April 1, 2020 –States have put privacy legislation on a back burner during the coronavirus pandemic. At the same time, even the well-known California Consumer Privacy Act may be superseded by a new referendum, the California Privacy Rights Act, to be placed on the state’s ballot in November.

Passed in 2018 and effective on January 1, 2020, the CCPA is already in force. The state’s attorney general did not respond to requests to suspend implementation in the wake of the coronavirus, said Wiley attorney Joan Stewart, speaking on a Tuesday webinar. Wiley is the new name for the law firm formerly known as Wiley Rein.

The CCPA requires a privacy policy and a notice at collection, and the request to opt-out for consumers was made “easy for consumers to execute” according to the CCPA.

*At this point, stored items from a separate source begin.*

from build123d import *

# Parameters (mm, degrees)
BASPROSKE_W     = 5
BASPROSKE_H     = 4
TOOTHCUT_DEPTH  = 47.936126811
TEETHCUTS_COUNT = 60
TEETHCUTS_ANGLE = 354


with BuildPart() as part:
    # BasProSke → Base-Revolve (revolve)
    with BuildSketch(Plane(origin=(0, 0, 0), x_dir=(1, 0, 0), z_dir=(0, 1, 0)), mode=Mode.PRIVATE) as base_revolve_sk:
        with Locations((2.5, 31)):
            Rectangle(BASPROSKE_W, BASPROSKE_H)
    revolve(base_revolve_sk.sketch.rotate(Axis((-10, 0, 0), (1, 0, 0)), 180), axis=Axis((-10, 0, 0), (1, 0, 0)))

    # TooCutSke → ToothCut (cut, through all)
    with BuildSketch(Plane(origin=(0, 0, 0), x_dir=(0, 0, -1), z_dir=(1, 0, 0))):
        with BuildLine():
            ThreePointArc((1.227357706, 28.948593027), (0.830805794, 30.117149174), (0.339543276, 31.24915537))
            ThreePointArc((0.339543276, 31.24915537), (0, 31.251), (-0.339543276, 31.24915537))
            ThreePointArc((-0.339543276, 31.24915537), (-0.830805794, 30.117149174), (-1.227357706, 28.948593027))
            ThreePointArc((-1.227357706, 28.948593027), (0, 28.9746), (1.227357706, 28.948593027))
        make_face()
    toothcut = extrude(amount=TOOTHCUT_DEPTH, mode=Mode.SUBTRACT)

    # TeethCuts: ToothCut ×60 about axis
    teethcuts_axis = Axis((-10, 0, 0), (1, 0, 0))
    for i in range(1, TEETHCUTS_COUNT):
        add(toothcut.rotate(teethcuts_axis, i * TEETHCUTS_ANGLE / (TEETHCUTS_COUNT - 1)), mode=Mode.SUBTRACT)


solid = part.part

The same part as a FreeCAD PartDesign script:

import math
import FreeCAD as App
import Part
import Sketcher

V = App.Vector
Q = App.Units.Quantity


def add_polygon(sketch, points):
    """Adds a closed chain of lines whose ends are joined by coincident constraints."""
    first, n = sketch.GeometryCount, len(points)
    for a, b in zip(points, points[1:] + points[:1]):
        sketch.addGeometry(Part.LineSegment(App.Vector(*a, 0), App.Vector(*b, 0)), False)
    for i in range(n):
        sketch.addConstraint(Sketcher.Constraint("Coincident", first + i, 2, first + (i + 1) % n, 1))

doc = App.newDocument("Part")
body = doc.addObject("PartDesign::Body", "Body")

# Sketch on XZ plane
sketch1 = body.newObject("Sketcher::SketchObject", "Sketch")
sketch1.AttachmentSupport = (doc.getObject("XZ_Plane"), [""])
sketch1.MapMode = "FlatFace"
add_polygon(sketch1, [(0, -33), (0, -29), (5, -29), (5, -33)])  # lines 0-3
sketch1.addConstraint(Sketcher.Constraint("Vertical", 0))
sketch1.addConstraint(Sketcher.Constraint("Horizontal", 1))
sketch1.addConstraint(Sketcher.Constraint("Vertical", 2))
sketch1.addConstraint(Sketcher.Constraint("Horizontal", 3))
sketch1.addConstraint(Sketcher.Constraint("PointOnObject", 0, 2, -2))
sketch1.addConstraint(Sketcher.Constraint("DistanceX", 1, 1, 1, 2, Q("5 mm")))
sketch1.addConstraint(Sketcher.Constraint("DistanceY", 0, 1, 0, 2, Q("4 mm")))
sketch1.addConstraint(Sketcher.Constraint("DistanceY", 0, 2, -1, 1, Q("29 mm")))
revolution = body.newObject("PartDesign::Revolution", "Revolution")
revolution.Profile = sketch1
revolution.ReferenceAxis = (sketch1, ["H_Axis"])
revolution.Angle = 360

# Sketch on YZ plane
sketch2 = body.newObject("Sketcher::SketchObject", "Sketch001")
sketch2.AttachmentSupport = (doc.getObject("YZ_Plane"), [""])
sketch2.MapMode = "FlatFace"
sketch2.addGeometry(Part.ArcOfCircle(Part.Circle(V(24.7, 13.2, 0), V(0, 0, 1), 15), math.radians(-73.61), math.radians(-64.18)), False)
sketch2.addGeometry(Part.ArcOfCircle(Part.Circle(V(0, 0, 0), V(0, 0, 1), 31.3), math.radians(-0.62), math.radians(0.62)), False)
sketch2.addGeometry(Part.ArcOfCircle(Part.Circle(V(24.7, -13.2, 0), V(0, 0, 1), 15), math.radians(64.18), math.radians(73.61)), False)
sketch2.addGeometry(Part.ArcOfCircle(Part.Circle(V(0, 0, 0), V(0, 0, 1), 29), math.radians(-2.43), math.radians(2.43)), False)
sketch2.addConstraint(Sketcher.Constraint("Coincident", 0, 2, 1, 1))
sketch2.addConstraint(Sketcher.Constraint("Coincident", 1, 2, 2, 1))
sketch2.addConstraint(Sketcher.Constraint("Coincident", 2, 2, 3, 2))
sketch2.addConstraint(Sketcher.Constraint("Coincident", 3, 1, 0, 1))
sketch2.addConstraint(Sketcher.Constraint("Coincident", 1, 3, -1, 1))
sketch2.addConstraint(Sketcher.Constraint("Coincident", 3, 3, -1, 1))
sketch2.addConstraint(Sketcher.Constraint("Equal", 0, 2))
sketch2.addConstraint(Sketcher.Constraint("Symmetric", 0, 3, 2, 3, -1))
sketch2.addConstraint(Sketcher.Constraint("Radius", 0, Q("15 mm")))
sketch2.addConstraint(Sketcher.Constraint("Radius", 3, Q("28.9746 mm")))
sketch2.addConstraint(Sketcher.Constraint("Radius", 1, Q("31.250993 mm")))
sketch2.addConstraint(Sketcher.Constraint("DistanceY", 0, 2, 2, 2, Q("1.566901 mm")))
sketch2.addConstraint(Sketcher.Constraint("DistanceX", -1, 1, 0, 3, Q("24.716661 mm")))
pocket1 = body.newObject("PartDesign::Pocket", "Pocket")
pocket1.Profile = sketch2
pocket1.Type = "ThroughAll"
pocket1.Reversed = True
doc.recompute()

polarpattern = body.newObject("PartDesign::PolarPattern", "PolarPattern")
polarpattern.Originals = [pocket1]
polarpattern.Axis = (doc.getObject("X_Axis"), [""])
polarpattern.Angle = 360
polarpattern.Occurrences = 60
body.Tip = polarpattern

doc.recompute()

A new clarification of the CCPA states that service providers cannot “sell data on behalf of a business when a consumer has opted-out of the sale of their personal information with the business.”

But verification procedures “continue to be tricky,” added Duane C. Pozza, another Wiley attorney.

As regulations are set in stone, Pozza suggested businesses “look closely at service provider obligations” and stay updated as regulations become finalized.

Boyd Garriott said that the CPRA ballot measure was actually filed by Alastair Mactaggart, the “architect” and advocate of the CCPA.

If the new CPRA was placed on the November 3, 2020, ballot and passes, that would change the CCPA significantly, said Garriott.

The proposed CPRA defines “sensitive personal information” as data that reveals ethnic information, religious belief, biometric information, social security number, etc., explained Garriott. It could also impose “new limits on targeted advertising” and “steeper penalties for violations regarding individuals who are under 16 years of age,” added Garriott.

But we will not know if these changes will happen until November, said Garriott.

Other states like Washington, New York, and Illinois are following California’s lead in privacy laws, but this is on hold due to coronavirus, said Pozza.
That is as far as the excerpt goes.